= Harrison Loesch =

American politician

Harrison Loesch (March 10, 1916 – November 11, 1997) was a Colorado attorney who became Assistant Secretary of Interior under Richard Nixon. He served in that position from 1969 to 1973. He was responsible for major changes in the Bureau of Indian Affairs, National Park Service, Bureau of Land Management, and the Division of Territories and Island Possessions, all of which reported directly to him.

==Biography ==
Loesch was born in Chicago on March 10, 1916. He was the son of Joseph B. Loesch and Constance Harrison Loesch and grandson of prominent Chicago attorney Frank J. Loesch. He was raised in Montrose, Colorado where his parents owned a ranch. He received a B.A. from Colorado College in 1936 and his LL.B. from Yale Law School in 1939. Loesch returned from Yale to practice law in Montrose in 1939, at the firm of Moynihan, Hughes & Knous. He married his wife Louise Mills in 1940. He volunteered and served in World War II with the United States Army Air Forces. He served in North Africa, then participated in the invasions of Sicily and Italy, and finally in the Normandy Landings, rising from private to the wartime temporary rank of colonel and permanent rank of major. After he returned to Montrose, he became a partner at the firm of Strang, Loesch & Kreidler. He then founded his own firm, Loesch, Kreidler & Durham. In 1961 Loesch was elected president of the Colorado Bar Association. His practice was broadly general, but with considerable specialization in resource matters. His clients included numerous mining, electric, and other resource-oriented companies, as well as farmers, ranchers and other individuals and companies.

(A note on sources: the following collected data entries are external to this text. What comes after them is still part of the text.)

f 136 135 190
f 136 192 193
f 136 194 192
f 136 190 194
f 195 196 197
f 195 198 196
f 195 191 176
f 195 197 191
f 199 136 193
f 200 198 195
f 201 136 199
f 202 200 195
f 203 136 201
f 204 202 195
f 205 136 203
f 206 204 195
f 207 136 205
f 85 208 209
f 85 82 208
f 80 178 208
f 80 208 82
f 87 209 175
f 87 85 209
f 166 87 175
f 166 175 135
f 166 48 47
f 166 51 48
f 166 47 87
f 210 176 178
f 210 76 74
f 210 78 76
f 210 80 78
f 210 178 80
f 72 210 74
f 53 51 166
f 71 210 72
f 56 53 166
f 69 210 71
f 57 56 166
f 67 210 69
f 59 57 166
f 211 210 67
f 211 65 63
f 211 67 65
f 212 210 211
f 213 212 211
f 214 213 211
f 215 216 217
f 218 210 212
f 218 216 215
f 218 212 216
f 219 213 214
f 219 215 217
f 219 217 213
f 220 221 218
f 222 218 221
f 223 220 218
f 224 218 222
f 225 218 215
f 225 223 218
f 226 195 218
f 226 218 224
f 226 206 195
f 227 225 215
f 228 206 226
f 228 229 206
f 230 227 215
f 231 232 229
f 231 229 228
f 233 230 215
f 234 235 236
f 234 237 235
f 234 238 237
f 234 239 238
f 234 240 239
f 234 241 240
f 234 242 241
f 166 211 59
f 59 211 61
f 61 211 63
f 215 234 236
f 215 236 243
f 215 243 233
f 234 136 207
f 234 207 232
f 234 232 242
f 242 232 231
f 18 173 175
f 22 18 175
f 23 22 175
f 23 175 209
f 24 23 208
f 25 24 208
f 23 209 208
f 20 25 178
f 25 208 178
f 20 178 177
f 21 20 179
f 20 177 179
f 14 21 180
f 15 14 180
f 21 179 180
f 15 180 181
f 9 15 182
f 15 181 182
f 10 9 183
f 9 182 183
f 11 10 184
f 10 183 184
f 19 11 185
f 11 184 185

In March 1969, Loesch was nominated by Richard Nixon for the position of Assistant Secretary of Interior for Public Land Management and confirmed by the Senate. In spite of the title, Loesch's departments included the Bureau of Indian Affairs and the Division of Territories and Island Possessions, as well as the Bureau of Land Management and the National Park Service. He served under Secretary of the Interior Wally Hickel until November 1970, then under Rogers Morton.

During his tenure as Assistant Secretary, Loesch was involved in several controversies concerning Native Americans. One of the most notable was the occupation of Interior Department offices in Washington D.C. in 1972 by members of the American Indian Movement (AIM), led by Dennis Banks and Russell Means. Loesch was also intimately involved in negotiating the Alaska Native Claims Settlement Act, which was signed in December 1971, and in the settlement of disputes among the Navaho, Zuni and Hopi tribes and the states of Arizona and New Mexico throughout his tenure.

Loesch's responsibility for the Division of Territories and Island Possessions occasioned several visits to the U.S. Trust Territory of the Pacific Islands, generally referred to as "Micronesia". During his tenure, Loesch negotiated status agreements for the various territories, which today include Guam, the Northern Mariana Islands, and the Federated States of Micronesia. At the request of island leaders, Loesch drew on his legal background to draft some of the founding documents for these new entities.

In early December 1972, Loesch received a telephone call from John Ehrlichman, Assistant to the President, requesting that he immediately release $50,000 from his discretionary fund for use by the White House. Similar requests went out to Assistant Secretaries in other departments. Correctly suspecting that this request was related to the unfolding Watergate scandal, Loesch insisted on a written memo requesting the money. On December 8, Loesch's "resignation" was accepted. However, because he was deeply involved in critical negotiations concerning Indian water rights in Arizona, the Nixon White House found it necessary to "unfire" Loesch for several weeks, before "refiring" him on January 20, 1973.

Upon leaving the Interior Department, Loesch became Minority Counsel for the Senate Committee on Interior and Insular Affairs. In that capacity, he advised Senators and drafted legislation on issues related to water resources, public land management, settlement of Indian claims and territories and possessions. In 1976, he accepted the position of executive vice president for public affairs with Peabody Coal Company. He retired from that position in 1981 and returned to Montrose, where he was active in local banking and community affairs. He died aged 81, on November 11, 1997 in Minneapolis, Minnesota.